Title: The use of intuition in homeopathic clinical decision making: An interpretative phenomenological study
Authors: Brien, S
Dibb, B
Burch, A
Publication Date: 2011
Publisher: Hindawi Publishing Corporation
Citation: Evidence-Based Complementary and Alternative Medicine 2011 (2011), 2011
Abstract: While intuition plays a role in clinical decision making within conventional medicine, little is understood about its use in complementary and alternative medicine (CAM). The aim of this qualitative study was to investigate intuition from the perspective of homeopathic practitioners; its' manifestation, how it was recognized, its origins and when it was used within daily clinical practice. Semi-structured interviews were carried out with clinically experienced non-National Health Service (NHS) UK homeopathic practitioners. Interpretative phenomenological analysis was used to analyze the data. Homeopaths reported many similarities with conventional medical practitioner regarding the nature, perceived origin and manifestation of their intuitions in clinical practice.
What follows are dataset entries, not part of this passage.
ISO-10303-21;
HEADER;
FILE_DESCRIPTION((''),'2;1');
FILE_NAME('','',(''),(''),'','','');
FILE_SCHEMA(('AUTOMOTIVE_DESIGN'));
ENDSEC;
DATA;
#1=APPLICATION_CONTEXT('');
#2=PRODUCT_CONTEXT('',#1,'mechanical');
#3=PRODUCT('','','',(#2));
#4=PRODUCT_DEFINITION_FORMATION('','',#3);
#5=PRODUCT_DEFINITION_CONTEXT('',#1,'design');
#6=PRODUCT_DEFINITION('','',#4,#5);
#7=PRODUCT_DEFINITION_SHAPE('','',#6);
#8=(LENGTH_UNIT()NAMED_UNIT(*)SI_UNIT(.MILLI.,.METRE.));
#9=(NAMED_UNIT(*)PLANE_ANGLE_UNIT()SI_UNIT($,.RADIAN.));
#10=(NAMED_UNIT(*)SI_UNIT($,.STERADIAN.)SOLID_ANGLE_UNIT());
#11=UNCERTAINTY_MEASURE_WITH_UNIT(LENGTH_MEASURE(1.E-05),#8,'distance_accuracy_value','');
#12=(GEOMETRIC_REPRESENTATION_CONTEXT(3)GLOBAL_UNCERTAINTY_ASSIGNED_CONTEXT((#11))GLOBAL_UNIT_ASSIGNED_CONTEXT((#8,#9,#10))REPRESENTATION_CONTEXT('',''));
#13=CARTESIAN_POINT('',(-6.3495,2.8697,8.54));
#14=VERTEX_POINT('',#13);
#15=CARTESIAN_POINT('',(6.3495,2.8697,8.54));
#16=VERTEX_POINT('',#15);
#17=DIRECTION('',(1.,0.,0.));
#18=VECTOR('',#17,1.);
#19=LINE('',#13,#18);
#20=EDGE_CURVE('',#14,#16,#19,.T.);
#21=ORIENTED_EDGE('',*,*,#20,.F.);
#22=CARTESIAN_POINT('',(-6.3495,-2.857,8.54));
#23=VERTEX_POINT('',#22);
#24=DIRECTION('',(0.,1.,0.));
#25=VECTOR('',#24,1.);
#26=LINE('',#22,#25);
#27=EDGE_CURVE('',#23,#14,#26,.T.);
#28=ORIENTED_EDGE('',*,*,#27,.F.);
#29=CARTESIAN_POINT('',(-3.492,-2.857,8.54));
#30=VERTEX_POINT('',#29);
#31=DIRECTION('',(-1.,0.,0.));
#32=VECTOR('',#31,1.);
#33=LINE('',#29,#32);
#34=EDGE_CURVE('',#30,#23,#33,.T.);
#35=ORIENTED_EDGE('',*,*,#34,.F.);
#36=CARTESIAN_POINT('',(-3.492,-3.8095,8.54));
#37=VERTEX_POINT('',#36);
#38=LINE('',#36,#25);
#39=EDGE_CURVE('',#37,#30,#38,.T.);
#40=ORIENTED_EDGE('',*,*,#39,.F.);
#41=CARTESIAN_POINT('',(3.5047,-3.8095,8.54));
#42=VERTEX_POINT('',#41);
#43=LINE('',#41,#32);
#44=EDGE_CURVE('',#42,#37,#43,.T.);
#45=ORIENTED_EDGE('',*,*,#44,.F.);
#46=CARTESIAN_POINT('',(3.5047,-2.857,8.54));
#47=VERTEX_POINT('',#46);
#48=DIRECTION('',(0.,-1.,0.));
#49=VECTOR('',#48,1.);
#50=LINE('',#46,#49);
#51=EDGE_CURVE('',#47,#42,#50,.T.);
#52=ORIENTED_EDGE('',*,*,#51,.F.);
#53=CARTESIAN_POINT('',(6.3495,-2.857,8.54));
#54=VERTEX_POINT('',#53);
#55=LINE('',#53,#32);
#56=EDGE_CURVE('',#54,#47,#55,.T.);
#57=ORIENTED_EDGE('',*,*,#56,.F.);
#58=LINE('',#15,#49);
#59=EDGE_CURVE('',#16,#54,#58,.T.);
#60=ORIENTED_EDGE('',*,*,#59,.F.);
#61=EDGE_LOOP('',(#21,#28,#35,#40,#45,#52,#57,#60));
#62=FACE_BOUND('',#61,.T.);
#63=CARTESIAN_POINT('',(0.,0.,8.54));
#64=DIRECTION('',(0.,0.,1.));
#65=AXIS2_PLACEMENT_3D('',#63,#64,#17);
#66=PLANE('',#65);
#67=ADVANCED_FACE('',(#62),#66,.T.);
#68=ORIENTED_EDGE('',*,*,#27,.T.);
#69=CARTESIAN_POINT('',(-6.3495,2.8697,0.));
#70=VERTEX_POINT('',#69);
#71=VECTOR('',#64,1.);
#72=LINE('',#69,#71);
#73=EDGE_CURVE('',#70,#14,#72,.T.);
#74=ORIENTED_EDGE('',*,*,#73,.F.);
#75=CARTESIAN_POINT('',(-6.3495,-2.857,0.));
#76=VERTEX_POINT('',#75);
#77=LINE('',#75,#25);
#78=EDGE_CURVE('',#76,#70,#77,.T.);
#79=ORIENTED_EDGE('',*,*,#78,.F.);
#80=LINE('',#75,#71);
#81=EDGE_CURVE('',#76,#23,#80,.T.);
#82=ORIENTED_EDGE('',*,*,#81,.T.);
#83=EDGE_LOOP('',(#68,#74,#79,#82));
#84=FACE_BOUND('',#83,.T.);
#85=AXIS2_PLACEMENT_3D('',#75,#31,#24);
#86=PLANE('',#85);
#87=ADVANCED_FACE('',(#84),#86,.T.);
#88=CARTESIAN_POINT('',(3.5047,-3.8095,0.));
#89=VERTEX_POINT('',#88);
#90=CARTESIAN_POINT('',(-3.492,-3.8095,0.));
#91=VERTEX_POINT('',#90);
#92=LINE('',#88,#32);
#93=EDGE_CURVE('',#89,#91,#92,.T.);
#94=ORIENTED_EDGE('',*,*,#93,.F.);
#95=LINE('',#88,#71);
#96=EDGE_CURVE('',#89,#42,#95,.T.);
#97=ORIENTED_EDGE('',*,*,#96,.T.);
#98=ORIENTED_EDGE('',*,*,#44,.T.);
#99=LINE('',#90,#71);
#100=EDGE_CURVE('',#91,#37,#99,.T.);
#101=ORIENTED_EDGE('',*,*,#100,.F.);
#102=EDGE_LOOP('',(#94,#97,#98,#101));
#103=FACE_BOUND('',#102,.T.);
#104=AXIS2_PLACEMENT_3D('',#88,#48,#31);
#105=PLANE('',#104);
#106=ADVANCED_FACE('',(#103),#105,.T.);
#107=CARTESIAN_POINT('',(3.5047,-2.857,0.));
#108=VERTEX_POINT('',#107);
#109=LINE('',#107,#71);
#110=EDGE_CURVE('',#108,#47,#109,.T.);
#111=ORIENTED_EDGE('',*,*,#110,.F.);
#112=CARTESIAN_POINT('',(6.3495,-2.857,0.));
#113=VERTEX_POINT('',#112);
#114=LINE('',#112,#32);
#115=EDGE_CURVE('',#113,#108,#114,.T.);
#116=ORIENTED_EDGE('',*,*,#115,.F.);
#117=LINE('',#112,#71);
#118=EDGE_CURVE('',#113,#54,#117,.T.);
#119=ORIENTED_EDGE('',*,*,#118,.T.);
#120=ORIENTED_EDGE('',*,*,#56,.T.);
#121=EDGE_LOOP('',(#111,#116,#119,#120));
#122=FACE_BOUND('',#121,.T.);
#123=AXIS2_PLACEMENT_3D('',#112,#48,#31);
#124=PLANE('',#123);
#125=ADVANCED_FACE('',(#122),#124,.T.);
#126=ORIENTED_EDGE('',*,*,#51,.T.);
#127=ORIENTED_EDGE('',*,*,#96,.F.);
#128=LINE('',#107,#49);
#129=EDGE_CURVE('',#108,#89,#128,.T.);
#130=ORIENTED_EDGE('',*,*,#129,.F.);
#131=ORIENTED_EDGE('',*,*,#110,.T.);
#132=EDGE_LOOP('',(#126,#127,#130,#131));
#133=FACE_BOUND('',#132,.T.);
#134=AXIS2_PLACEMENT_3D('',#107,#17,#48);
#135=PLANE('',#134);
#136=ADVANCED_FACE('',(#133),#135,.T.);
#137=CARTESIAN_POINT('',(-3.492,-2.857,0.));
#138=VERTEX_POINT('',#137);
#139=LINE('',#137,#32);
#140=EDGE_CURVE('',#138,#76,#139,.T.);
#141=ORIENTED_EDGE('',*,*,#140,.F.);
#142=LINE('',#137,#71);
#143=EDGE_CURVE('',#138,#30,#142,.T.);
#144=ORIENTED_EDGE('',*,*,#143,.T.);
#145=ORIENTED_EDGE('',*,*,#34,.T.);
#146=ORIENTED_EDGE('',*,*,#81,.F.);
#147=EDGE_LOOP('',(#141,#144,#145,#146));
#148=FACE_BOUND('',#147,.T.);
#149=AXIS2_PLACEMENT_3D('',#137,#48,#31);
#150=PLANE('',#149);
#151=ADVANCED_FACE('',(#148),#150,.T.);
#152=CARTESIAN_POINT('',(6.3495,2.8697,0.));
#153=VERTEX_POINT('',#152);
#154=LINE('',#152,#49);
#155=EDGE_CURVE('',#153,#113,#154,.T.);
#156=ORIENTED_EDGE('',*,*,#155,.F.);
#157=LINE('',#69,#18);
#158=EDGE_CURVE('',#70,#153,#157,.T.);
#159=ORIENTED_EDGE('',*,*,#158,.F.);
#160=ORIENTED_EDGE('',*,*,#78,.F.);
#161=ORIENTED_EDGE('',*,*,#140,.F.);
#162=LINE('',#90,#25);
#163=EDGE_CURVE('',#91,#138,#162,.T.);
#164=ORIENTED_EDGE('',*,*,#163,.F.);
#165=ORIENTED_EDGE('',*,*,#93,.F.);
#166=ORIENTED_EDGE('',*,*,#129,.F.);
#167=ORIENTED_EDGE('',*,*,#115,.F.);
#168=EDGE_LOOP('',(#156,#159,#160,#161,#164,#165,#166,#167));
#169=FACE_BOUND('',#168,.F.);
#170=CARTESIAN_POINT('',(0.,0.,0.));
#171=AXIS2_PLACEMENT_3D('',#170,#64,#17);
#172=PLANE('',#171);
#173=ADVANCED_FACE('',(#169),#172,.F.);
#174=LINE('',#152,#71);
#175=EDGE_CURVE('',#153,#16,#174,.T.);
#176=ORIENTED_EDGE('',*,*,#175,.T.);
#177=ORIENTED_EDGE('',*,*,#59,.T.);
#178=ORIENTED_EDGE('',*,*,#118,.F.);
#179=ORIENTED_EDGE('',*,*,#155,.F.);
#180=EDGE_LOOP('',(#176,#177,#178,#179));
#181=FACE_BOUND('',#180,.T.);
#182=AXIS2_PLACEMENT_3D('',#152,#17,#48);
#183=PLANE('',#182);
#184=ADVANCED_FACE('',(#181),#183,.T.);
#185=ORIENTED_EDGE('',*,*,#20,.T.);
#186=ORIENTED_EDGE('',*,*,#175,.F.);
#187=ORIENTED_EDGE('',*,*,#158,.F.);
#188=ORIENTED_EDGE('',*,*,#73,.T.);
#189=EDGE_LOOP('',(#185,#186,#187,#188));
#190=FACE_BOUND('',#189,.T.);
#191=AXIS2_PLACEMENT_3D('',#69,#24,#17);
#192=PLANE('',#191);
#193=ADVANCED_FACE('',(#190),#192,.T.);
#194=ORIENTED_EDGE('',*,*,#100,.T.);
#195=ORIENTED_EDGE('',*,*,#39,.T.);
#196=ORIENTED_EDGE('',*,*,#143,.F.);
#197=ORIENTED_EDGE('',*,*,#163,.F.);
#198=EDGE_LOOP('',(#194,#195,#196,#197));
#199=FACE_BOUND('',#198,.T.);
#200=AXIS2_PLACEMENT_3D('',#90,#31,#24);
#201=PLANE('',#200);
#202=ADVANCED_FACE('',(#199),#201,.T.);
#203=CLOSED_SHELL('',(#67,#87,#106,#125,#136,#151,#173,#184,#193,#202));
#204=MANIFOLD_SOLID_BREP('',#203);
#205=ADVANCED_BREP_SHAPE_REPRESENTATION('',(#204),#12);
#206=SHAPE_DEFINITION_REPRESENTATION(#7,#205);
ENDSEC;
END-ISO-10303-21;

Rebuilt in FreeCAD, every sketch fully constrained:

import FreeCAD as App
import Part
import Sketcher
Q = App.Units.Quantity

doc = App.newDocument("Part")
body = doc.addObject("PartDesign::Body", "Body")

# Sketch on XY plane
sketch1 = body.newObject("Sketcher::SketchObject", "Sketch")
sketch1.AttachmentSupport = (doc.getObject("XY_Plane"), [""])
sketch1.MapMode = "FlatFace"
sketch1.addGeometry([
    Part.LineSegment(App.Vector(-6.3, -2.9, 0), App.Vector(-3.5, -2.9, 0)),  # 0
    Part.LineSegment(App.Vector(-3.5, -2.9, 0), App.Vector(-3.5, -3.8, 0)),  # 1
    Part.LineSegment(App.Vector(-3.5, -3.8, 0), App.Vector(3.5, -3.8, 0)),  # 2
    Part.LineSegment(App.Vector(3.5, -3.8, 0), App.Vector(3.5, -2.9, 0)),  # 3
    Part.LineSegment(App.Vector(3.5, -2.9, 0), App.Vector(6.3, -2.9, 0)),  # 4
    Part.LineSegment(App.Vector(6.3, -2.9, 0), App.Vector(6.3, 2.9, 0)),  # 5
    Part.LineSegment(App.Vector(6.3, 2.9, 0), App.Vector(-6.3, 2.9, 0)),  # 6
    Part.LineSegment(App.Vector(-6.3, 2.9, 0), App.Vector(-6.3, -2.9, 0)),  # 7
], False)
sketch1.addConstraint([
    Sketcher.Constraint("Coincident", 0, 2, 1, 1),
    Sketcher.Constraint("Coincident", 1, 2, 2, 1),
    Sketcher.Constraint("Coincident", 2, 2, 3, 1),
    Sketcher.Constraint("Coincident", 3, 2, 4, 1),
    Sketcher.Constraint("Coincident", 4, 2, 5, 1),
    Sketcher.Constraint("Coincident", 5, 2, 6, 1),
    Sketcher.Constraint("Coincident", 6, 2, 7, 1),
    Sketcher.Constraint("Coincident", 7, 2, 0, 1),
    Sketcher.Constraint("Horizontal", 0),
    Sketcher.Constraint("Vertical", 1),
    Sketcher.Constraint("Horizontal", 2),
    Sketcher.Constraint("Vertical", 3),
    Sketcher.Constraint("Horizontal", 4),
    Sketcher.Constraint("Vertical", 5),
    Sketcher.Constraint("Horizontal", 6),
    Sketcher.Constraint("Vertical", 7),
    Sketcher.Constraint("Symmetric", 4, 2, 7, 2, -2),
    Sketcher.Constraint("DistanceX", 4, 1, 4, 2, Q("0.112 in")),
    Sketcher.Constraint("DistanceX", 0, 1, 0, 2, Q("0.1125 in")),
    Sketcher.Constraint("DistanceY", 1, 2, 1, 1, Q("0.0375 in")),
    Sketcher.Constraint("DistanceX", 2, 1, 2, 2, Q("6.9967 mm")),
    Sketcher.Constraint("DistanceY", 5, 1, 5, 2, Q("5.7267 mm")),
    Sketcher.Constraint("DistanceY", 0, 2, -1, 1, Q("2.857 mm")),
])
pad1 = body.newObject("PartDesign::Pad", "Pad")
pad1.Profile = sketch1
pad1.Length = 8.54

doc.recompute()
Intuition was used in two key aspects of the consultation: (i) to enhance the practitioner-patient relationship, these were generally trusted; and (ii) intuitions relating to the prescribing decision. Homeopaths were cautious about these latter intuitions, testing any intuitive thoughts through deductive reasoning before accepting them. Their reluctance is not surprising given the consequences for patient care, but we propose this also reflects homeopaths' sensitivity to the academic and medical mistrust of both homeopathy and intuition. This study is the first to explore the use of intuition in decision making in any form of complementary medicine. The similarities with conventional practitioners may provide confidence in validating intuition as a legitimate part of the decision making process for these specific practitioners. Further work is needed to elucidate if these findings reflect intuitive use in clinical practice of other CAM practitioners in both private and NHS (i.e. time limited) settings.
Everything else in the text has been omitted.